19 of February 2012.. 1148pm, i look through my file which had done reviewed by supervisor. OK, i have no any people which i can share out or release out my suffer feelings now as i dun wan bring any troublesome to them. So, the only way i think about is write out my post at blogger. Just now, i had forgotten my password for this blogger, so i have take a bit time to solve it. At last, gives me to have chance to write out my feelings at here.
Now, i was thinking that when i was a kid at primary school, i wish i can faster finished my study. When i was at secondary school, maybe i watch too many TV drama which makes my brain and mind keep thinking to have a partner be with me. I can said from Form 1 til Form 3, i had waste my precious time to think about it. When Form 5, i wish i can continue study either physics or accounts, and besides i was thinking what if i went out looking job such as waitress, hotel worker, cafe staff and etc.. But, at the end, i continue my study til Form 6 as my mother advice me further study and enter university. At last, i did it; enter university.

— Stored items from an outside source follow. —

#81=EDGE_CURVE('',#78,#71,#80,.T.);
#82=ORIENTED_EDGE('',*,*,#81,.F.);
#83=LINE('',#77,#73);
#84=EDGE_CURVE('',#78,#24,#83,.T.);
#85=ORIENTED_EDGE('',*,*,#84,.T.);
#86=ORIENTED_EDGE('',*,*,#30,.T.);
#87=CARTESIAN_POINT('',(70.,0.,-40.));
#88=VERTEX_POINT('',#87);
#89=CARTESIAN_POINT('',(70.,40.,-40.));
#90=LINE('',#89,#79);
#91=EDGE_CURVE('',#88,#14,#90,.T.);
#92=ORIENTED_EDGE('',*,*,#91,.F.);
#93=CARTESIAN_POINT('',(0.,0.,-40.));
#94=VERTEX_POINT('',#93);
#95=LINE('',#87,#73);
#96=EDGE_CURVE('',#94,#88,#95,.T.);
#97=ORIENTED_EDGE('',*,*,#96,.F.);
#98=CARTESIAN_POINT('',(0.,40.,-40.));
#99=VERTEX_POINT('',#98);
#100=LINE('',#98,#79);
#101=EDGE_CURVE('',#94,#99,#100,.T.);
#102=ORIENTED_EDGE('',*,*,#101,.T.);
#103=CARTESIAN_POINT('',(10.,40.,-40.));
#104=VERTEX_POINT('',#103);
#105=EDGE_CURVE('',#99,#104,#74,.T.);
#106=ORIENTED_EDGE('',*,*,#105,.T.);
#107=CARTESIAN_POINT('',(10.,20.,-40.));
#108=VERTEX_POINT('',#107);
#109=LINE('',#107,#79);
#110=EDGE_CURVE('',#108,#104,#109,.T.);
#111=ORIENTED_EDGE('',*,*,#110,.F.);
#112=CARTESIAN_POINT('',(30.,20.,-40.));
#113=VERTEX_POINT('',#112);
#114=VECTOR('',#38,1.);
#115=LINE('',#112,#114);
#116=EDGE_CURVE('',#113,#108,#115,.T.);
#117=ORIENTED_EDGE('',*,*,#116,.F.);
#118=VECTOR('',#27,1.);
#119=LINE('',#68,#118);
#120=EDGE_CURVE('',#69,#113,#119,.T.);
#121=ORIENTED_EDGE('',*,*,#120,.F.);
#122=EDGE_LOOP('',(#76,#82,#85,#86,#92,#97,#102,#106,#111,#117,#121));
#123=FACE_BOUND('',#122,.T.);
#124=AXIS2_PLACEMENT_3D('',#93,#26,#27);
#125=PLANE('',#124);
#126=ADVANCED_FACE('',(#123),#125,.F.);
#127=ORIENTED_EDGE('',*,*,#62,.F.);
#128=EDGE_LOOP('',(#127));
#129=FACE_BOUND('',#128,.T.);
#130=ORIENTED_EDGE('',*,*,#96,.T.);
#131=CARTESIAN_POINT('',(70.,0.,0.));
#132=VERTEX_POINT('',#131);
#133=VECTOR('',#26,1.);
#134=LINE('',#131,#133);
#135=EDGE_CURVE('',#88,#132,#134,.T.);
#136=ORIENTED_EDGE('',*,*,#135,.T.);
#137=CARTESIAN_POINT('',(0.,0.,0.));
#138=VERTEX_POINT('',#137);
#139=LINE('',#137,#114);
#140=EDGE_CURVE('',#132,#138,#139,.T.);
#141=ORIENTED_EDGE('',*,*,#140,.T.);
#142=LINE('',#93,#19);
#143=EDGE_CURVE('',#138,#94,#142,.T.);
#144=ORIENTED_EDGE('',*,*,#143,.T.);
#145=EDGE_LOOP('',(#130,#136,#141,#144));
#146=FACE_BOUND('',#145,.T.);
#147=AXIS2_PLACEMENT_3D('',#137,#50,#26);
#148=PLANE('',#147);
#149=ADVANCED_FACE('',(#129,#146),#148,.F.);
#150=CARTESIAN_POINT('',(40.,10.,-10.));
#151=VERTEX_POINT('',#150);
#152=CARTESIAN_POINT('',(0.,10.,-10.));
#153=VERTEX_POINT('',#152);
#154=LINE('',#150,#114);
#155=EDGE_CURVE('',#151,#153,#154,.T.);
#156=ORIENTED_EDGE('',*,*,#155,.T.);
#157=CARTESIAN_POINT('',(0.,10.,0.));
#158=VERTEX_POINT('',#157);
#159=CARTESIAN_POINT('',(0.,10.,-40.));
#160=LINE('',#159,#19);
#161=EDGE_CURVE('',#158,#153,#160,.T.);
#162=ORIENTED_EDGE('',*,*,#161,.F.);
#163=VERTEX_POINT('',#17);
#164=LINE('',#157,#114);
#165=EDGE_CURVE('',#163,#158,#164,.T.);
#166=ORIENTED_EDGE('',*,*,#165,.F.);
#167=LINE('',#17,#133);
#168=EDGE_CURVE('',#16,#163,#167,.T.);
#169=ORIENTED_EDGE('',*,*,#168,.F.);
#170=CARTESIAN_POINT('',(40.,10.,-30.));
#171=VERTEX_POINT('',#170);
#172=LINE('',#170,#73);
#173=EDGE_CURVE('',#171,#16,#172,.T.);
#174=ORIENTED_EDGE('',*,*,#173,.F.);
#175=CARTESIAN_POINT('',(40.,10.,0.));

In university life, was heard from others before that uni life is so enjoying. But indeed, is totally different and is sucks! However, in uni life, one thing for me is at least can know those friend from different state and can also saw different kinds of people before enter into social life. In uni life, i keep wish that faster finish my study so that can faster enter social life and working.
After I graduate, takes 3 months to find job and finally get job. Thought i can have enjoyed working life in my first job. But, the fact is totally different from what i was expected to.
Of course, audit work can't said can enjoy working life in office. At least, what i want is the relationship between the colleagues, should be nice and friendly and if we as junior don't know anything, at least need have patience to teach or guide us. Not just give the review point and then pass back to us without brief any point for what we've done for our job.
Such working life makes me want to back to my uni life as in uni life is not same feelings at social life. Uni life, can enjoy sometime and when reach a certain time to have exam, only need to prepare for it, that's it! But in social life, you need to become a stronger and cleverer worker, else you will be the loser!
Really quite not satisfied with my first job here;
- those colleagues; i'm ok if they directly told me where and which part i did wrong and guide me the correct way. Of coz, they did so. But they will whisper each other about we as junior's work. I rather prefer they directly told me my weaknesses compare to keep whispering to each other.
- those higher level management; although i had done audit work in my interns life before, but doesn't mean that i will expert on doing it!! I can said that i learn the audit work in my interns life is just those transaction testing, bank, fixed assets and expenses, that's it!! When they ask me questions, i need take time to think about the questions. I admit that my brain and mind is quite slow, and before that i know that they did told me this company request quick learner in office. But, i did told them, although i'm slower thinking, but i wish that if i have the chance to work here, it can helps to improve me, upgrade me to become as quick learner also. No need give any not satisfied face to let me see.
- And i believe that, they sure did whisper about me to other staff. ( not i'm thinking too much), I can feel that right now how's their reaction when they saw me compare to first time their reaction they saw me.
- In this office, if one person have the talent to do audit work, of coz and sure the others will give u a smile and treat nice to you. However, if they heard you so "lao zi" in doing audit work, they will not do just like they treat those talent people. ( they easily look down those untalent, like me this kind of staff)
In conclusion, WORK LIFE IS SUCKS!!!
I now start to think back my uni life and those memories with my friends, attend class together, skip class together, exchange notes and tips and go out enjoying and etc.
After what i've get kinds of treat from them, it makes me to consider back whether am i suitable to continue my work in this office? or should i stay 1 or 2 years and then change to another job? if change, what job is suitable for me?
Question "What job is suitable for me" makes me suffer 25 years ady. Why others can have their own mind set to set their suitable job while i cant? This questions keeps repeating in my mind.
Actually i have a question for myself: WHAT DO YOU WANT? 你到底想要什么? If I can know it, for sure i can determine what i want for my job. Until now, i still searching for this answer.